----- ENTRIES SHOWN

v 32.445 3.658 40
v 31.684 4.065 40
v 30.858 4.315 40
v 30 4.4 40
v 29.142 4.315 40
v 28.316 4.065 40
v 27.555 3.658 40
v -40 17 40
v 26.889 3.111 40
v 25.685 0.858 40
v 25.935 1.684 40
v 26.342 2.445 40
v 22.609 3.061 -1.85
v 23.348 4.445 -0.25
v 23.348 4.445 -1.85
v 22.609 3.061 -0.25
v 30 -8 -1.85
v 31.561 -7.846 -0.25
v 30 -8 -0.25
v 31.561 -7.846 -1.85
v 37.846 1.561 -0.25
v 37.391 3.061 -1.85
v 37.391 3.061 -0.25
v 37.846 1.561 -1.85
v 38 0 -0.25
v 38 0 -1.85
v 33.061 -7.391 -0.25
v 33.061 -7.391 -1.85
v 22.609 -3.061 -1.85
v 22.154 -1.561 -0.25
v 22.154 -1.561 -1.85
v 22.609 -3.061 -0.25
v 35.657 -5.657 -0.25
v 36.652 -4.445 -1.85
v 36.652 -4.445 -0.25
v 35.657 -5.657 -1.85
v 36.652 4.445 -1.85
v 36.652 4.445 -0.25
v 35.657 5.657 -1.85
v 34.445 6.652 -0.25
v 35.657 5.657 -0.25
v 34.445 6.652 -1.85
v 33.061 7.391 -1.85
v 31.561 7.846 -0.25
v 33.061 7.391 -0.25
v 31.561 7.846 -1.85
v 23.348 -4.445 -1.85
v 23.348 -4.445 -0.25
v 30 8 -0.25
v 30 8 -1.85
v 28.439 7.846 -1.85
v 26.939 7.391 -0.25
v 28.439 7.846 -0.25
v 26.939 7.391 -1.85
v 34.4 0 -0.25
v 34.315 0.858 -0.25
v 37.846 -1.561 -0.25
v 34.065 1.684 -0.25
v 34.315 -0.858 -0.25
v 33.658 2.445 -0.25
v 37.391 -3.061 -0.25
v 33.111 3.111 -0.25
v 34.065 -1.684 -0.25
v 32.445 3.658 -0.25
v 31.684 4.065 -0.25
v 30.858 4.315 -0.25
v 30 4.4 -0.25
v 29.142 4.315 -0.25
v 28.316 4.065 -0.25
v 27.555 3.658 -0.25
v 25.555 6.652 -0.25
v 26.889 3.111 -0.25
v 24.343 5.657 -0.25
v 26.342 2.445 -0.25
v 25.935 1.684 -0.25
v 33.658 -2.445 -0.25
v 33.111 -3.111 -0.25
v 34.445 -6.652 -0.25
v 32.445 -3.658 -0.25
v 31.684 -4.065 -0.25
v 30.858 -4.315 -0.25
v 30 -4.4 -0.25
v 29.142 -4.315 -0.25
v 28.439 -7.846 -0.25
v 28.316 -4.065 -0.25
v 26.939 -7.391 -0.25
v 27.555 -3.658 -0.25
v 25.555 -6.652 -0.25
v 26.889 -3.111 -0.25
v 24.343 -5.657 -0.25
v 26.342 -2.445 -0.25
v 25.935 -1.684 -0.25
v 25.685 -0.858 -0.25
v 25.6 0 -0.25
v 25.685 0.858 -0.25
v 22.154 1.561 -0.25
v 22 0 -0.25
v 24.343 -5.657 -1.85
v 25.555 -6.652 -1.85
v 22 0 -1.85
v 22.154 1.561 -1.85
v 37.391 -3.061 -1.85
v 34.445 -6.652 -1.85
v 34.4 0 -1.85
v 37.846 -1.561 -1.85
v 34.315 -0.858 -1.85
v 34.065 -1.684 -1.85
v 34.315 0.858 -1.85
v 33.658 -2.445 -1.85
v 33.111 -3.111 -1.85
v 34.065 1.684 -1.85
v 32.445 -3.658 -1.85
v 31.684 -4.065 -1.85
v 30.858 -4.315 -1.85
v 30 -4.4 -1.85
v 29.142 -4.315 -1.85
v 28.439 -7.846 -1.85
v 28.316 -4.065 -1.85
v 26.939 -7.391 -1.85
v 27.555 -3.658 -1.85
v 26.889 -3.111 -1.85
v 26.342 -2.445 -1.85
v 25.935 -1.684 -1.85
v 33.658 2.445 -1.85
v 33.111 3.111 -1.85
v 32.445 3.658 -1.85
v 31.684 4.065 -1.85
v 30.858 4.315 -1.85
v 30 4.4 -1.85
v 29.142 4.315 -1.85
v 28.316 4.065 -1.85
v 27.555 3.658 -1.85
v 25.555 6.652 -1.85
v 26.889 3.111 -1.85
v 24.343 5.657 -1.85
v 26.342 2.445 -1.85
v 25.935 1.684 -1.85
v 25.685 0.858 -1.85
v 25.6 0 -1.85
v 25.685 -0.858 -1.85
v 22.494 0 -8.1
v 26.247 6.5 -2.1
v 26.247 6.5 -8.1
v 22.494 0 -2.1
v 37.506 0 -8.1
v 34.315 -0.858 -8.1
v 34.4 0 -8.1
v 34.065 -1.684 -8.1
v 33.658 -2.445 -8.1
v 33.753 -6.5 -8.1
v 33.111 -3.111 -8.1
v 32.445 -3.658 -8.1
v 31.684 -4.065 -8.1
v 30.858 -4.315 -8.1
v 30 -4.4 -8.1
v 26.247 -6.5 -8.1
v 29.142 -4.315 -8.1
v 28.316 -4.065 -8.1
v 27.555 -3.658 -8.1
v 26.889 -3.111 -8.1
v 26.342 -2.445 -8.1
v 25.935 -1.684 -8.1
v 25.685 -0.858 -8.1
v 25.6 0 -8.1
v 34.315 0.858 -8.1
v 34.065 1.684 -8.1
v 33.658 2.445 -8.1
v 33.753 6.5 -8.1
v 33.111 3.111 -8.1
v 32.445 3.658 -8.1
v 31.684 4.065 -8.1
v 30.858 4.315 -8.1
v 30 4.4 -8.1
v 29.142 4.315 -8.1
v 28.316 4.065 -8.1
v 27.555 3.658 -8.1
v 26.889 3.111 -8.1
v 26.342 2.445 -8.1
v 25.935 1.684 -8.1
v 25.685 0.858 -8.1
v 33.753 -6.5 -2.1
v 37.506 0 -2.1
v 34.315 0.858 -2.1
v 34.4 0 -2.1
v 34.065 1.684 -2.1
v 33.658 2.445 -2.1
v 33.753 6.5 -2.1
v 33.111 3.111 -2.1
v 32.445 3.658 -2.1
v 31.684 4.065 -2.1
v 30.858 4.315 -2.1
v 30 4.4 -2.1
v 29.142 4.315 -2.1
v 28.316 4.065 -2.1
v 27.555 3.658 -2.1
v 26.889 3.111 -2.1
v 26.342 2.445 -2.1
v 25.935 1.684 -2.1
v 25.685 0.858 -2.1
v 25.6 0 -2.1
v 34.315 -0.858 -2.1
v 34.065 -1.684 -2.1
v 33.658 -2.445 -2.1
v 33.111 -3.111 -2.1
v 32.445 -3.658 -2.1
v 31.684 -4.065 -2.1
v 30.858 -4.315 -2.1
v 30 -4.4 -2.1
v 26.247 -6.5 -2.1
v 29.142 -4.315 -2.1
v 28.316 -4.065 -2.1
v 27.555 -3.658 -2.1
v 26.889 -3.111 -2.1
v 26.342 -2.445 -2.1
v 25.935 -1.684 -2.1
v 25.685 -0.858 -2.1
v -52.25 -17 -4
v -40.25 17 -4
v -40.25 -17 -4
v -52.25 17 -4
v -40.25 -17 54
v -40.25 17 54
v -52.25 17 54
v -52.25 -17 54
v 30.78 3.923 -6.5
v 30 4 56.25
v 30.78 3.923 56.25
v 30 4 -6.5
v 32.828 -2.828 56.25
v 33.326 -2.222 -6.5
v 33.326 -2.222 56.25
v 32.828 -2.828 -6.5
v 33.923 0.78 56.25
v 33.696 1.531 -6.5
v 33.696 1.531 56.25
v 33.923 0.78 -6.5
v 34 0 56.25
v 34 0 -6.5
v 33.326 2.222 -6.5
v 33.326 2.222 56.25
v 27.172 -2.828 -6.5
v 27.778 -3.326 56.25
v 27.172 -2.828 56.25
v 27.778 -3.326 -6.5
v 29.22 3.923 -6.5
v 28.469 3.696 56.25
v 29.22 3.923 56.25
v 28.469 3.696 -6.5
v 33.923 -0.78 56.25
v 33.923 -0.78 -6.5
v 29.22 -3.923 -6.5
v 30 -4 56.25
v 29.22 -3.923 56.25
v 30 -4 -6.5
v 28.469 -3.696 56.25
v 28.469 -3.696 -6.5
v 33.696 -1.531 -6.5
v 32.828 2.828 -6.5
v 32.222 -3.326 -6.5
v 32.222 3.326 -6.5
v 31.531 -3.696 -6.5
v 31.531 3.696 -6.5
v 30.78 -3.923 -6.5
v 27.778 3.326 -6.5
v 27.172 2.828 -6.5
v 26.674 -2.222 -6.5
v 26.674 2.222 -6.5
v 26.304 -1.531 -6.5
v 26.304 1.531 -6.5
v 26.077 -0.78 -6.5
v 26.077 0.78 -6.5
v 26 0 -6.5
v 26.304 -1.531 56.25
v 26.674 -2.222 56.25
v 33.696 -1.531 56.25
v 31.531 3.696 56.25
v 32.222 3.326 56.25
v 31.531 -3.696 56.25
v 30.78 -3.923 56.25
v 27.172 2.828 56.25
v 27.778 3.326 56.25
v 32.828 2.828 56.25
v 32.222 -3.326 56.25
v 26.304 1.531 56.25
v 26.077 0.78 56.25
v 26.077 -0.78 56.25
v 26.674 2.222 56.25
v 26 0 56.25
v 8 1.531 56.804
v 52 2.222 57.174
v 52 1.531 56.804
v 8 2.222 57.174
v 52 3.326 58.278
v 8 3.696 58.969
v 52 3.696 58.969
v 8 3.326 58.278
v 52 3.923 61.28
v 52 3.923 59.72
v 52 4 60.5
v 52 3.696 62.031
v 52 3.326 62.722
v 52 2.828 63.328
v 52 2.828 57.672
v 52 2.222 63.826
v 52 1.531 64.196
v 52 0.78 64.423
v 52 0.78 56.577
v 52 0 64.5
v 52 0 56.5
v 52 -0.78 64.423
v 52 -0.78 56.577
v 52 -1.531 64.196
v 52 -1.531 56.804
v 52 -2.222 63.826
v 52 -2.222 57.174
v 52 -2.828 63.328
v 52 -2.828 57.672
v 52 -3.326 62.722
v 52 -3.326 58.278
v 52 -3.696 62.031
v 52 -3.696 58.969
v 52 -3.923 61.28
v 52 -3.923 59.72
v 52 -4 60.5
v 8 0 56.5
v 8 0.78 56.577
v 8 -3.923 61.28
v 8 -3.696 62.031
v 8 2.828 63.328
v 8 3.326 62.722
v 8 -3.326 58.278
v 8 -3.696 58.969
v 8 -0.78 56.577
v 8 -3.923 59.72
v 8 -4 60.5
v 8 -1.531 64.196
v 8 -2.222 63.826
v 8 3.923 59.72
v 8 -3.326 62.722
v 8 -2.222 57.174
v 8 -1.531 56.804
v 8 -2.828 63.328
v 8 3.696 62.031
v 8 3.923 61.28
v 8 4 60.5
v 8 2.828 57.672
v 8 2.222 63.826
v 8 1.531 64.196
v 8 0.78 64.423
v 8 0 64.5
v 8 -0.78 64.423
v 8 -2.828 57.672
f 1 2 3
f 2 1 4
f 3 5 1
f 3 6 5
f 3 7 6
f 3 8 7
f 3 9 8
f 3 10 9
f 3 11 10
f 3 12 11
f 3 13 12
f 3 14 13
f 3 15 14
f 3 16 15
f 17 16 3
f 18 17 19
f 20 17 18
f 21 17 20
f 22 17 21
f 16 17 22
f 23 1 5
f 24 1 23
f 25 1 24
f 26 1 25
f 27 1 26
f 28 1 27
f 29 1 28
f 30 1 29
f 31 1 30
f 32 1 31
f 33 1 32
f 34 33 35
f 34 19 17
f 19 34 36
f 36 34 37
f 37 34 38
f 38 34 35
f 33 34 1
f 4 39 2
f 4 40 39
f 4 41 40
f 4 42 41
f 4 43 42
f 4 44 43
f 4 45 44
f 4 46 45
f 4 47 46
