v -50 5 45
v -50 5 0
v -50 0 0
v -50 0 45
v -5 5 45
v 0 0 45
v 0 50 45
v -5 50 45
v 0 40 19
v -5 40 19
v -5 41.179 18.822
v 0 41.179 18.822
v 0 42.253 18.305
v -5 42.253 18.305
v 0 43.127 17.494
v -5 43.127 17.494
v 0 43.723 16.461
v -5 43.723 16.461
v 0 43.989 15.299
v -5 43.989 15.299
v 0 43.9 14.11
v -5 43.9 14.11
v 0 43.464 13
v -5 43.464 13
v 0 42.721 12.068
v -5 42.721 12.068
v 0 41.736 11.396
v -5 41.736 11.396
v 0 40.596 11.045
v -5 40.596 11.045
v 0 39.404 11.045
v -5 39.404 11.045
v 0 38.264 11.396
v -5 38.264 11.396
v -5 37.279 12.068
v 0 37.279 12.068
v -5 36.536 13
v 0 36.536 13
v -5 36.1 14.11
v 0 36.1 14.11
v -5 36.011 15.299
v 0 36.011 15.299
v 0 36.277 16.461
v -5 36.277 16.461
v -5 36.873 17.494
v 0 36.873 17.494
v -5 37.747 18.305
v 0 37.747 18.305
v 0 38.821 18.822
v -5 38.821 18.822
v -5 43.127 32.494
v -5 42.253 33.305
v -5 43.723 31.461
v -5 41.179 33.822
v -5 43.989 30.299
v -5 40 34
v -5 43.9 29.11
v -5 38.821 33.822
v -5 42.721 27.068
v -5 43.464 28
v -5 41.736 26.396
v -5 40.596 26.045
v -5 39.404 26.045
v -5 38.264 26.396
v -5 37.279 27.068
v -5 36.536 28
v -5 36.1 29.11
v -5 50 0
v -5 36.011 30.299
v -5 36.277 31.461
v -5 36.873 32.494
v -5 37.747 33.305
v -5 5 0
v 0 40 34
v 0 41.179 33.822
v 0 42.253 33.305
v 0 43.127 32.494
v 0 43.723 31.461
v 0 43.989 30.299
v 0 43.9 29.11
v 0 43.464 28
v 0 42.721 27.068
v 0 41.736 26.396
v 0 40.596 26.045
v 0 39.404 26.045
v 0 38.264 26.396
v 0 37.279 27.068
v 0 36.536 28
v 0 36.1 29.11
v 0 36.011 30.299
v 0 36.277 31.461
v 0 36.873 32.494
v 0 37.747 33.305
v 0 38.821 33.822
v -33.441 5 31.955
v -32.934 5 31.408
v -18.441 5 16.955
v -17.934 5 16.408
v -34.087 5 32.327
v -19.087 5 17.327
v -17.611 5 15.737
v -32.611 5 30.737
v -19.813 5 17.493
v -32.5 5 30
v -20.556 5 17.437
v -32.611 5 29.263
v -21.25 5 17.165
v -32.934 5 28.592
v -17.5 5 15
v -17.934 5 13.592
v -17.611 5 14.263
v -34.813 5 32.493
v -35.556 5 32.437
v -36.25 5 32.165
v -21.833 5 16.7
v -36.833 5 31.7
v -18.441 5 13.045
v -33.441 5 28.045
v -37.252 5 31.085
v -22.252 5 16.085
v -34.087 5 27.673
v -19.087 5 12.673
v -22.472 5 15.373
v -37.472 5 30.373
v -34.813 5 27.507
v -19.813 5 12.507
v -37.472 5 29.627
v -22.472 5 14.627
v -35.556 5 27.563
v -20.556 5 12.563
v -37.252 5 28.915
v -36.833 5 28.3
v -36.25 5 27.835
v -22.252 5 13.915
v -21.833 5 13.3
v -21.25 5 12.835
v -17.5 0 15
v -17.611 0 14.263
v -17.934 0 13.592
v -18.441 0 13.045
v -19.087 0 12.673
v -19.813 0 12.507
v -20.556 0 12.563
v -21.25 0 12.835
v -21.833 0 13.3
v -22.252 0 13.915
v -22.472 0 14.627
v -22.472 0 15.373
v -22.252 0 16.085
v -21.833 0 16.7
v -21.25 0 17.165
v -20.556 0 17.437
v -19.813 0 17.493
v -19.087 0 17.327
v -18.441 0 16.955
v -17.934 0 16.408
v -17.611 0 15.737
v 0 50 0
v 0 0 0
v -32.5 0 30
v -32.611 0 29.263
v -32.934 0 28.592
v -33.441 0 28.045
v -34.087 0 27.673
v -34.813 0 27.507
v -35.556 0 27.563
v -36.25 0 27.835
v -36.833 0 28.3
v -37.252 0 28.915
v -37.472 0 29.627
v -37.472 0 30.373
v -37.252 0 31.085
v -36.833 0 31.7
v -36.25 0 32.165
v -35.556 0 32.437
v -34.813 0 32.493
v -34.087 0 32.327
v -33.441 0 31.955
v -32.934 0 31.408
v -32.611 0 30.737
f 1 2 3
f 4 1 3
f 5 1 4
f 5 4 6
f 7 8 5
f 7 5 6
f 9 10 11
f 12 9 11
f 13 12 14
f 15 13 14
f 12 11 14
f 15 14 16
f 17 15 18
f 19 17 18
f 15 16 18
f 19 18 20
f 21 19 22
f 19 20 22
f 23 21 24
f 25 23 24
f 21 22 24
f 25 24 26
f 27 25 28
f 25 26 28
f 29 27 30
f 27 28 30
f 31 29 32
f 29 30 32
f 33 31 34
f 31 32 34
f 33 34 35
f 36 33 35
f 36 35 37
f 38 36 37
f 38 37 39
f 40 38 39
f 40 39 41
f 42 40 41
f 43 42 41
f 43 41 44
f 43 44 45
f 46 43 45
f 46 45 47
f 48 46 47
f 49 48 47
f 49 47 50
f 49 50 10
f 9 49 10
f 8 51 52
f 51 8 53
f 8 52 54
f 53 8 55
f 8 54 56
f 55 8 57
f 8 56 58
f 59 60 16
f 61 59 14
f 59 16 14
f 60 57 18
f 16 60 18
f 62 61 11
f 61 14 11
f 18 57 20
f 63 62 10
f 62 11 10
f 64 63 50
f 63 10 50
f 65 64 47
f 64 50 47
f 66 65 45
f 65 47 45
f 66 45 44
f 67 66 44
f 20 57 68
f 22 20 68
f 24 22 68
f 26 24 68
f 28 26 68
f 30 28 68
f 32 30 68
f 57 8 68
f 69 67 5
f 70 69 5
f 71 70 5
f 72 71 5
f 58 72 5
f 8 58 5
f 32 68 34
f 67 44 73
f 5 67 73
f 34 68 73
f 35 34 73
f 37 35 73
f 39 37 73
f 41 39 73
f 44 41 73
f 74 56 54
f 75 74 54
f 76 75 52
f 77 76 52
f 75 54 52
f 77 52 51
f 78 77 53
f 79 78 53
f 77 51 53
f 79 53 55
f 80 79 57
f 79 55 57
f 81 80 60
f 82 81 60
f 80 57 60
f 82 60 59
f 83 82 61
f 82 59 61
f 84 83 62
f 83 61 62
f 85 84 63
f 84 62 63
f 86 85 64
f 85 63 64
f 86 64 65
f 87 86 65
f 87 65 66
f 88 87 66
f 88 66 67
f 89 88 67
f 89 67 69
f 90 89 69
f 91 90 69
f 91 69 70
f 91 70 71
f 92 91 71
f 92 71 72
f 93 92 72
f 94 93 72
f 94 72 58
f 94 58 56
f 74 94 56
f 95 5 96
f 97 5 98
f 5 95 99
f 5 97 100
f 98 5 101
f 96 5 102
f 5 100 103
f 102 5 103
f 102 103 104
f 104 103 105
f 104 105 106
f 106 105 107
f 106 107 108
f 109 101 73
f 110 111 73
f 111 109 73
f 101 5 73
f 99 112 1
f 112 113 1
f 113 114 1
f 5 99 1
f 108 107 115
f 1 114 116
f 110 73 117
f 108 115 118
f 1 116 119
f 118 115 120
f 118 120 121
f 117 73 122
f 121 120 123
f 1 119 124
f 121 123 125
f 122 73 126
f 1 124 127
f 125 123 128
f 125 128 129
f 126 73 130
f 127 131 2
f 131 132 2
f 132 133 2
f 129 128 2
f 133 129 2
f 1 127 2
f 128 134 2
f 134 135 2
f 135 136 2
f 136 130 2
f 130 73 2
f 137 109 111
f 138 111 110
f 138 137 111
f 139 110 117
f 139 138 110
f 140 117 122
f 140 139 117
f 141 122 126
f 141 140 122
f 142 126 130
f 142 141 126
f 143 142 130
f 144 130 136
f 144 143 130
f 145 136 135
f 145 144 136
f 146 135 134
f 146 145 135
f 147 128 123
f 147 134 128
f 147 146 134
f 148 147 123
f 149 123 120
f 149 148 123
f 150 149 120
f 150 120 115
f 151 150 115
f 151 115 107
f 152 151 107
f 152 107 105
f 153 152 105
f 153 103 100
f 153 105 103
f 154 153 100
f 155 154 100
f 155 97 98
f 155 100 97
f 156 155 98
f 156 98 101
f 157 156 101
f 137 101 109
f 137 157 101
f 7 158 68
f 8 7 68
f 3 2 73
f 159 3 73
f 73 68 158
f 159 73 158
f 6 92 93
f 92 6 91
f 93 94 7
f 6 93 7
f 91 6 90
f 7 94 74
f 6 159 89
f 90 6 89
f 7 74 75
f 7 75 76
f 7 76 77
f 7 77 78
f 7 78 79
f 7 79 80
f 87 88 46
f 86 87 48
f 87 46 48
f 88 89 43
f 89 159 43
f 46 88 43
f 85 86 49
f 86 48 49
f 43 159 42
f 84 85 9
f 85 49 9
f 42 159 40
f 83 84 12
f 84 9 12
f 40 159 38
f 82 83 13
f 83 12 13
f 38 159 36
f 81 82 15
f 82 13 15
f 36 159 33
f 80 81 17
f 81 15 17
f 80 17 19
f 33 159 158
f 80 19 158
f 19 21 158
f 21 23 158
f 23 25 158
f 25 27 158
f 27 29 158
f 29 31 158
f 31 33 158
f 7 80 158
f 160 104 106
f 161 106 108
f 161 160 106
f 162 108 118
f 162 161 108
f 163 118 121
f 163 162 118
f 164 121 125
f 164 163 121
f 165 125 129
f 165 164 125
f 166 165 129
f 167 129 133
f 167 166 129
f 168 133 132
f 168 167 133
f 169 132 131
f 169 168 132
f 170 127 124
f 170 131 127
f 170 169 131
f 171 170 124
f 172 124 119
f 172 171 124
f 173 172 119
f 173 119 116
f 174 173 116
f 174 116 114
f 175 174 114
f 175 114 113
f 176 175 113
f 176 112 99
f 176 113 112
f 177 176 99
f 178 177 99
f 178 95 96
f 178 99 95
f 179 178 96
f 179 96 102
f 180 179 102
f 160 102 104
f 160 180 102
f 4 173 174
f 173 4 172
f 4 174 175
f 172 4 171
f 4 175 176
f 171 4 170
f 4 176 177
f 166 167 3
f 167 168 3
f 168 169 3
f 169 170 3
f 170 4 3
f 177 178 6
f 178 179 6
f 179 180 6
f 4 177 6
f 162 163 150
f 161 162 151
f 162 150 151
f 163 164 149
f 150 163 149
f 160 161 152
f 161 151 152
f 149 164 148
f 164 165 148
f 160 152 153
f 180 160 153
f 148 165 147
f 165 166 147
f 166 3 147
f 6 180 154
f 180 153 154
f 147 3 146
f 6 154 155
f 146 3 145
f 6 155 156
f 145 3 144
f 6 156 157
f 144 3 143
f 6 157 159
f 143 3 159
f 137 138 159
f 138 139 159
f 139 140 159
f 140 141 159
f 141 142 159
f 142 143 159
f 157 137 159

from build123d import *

# Parameters (mm, degrees)
BOSS_EXTRUDE1_DEPTH = 45
SKETCH2_R           = 4
CUT_EXTRUDE1_DEPTH  = 81.932070281
SKETCH3_R           = 2.5
CUT_EXTRUDE3_DEPTH  = 84.815273071


with BuildPart() as part:
    # Sketch1 → Boss-Extrude1 (new body)
    with BuildSketch(Plane.XY):
        Polygon((0, 0), (0, 50), (-5, 50), (-5, 5), (-50, 5), (-50, 0), align=None)
    extrude(amount=BOSS_EXTRUDE1_DEPTH)

    # Sketch2 → Cut-Extrude1 (cut, through all)
    with BuildSketch(Plane.ZY.offset(5)):
        with Locations((15, 40)):
            Circle(SKETCH2_R)
        with Locations((30, 40)):
            Circle(SKETCH2_R)
    extrude(amount=-CUT_EXTRUDE1_DEPTH, mode=Mode.SUBTRACT)

    # Sketch3 → Cut-Extrude3 (cut, through all)
    with BuildSketch(Plane(origin=(0, 0, 0), x_dir=(1, 0, 0), z_dir=(0, 1, 0))):
        with Locations((-35, -30)):
            Circle(SKETCH3_R)
        with Locations((-20, -15)):
            Circle(SKETCH3_R)
    extrude(amount=CUT_EXTRUDE3_DEPTH, mode=Mode.SUBTRACT)


solid = part.part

----------

■ **TASK**
Give the exact lines, and only those, from the line containing "f 110 73 117" through the line containing "f 134 135 2" in the entries above.

■ **OUTPUT OF THE EXERCISE**
f 110 73 117
f 108 115 118
f 1 116 119
f 118 115 120
f 118 120 121
f 117 73 122
f 121 120 123
f 1 119 124
f 121 123 125
f 122 73 126
f 1 124 127
f 125 123 128
f 125 128 129
f 126 73 130
f 127 131 2
f 131 132 2
f 132 133 2
f 129 128 2
f 133 129 2
f 1 127 2
f 128 134 2
f 134 135 2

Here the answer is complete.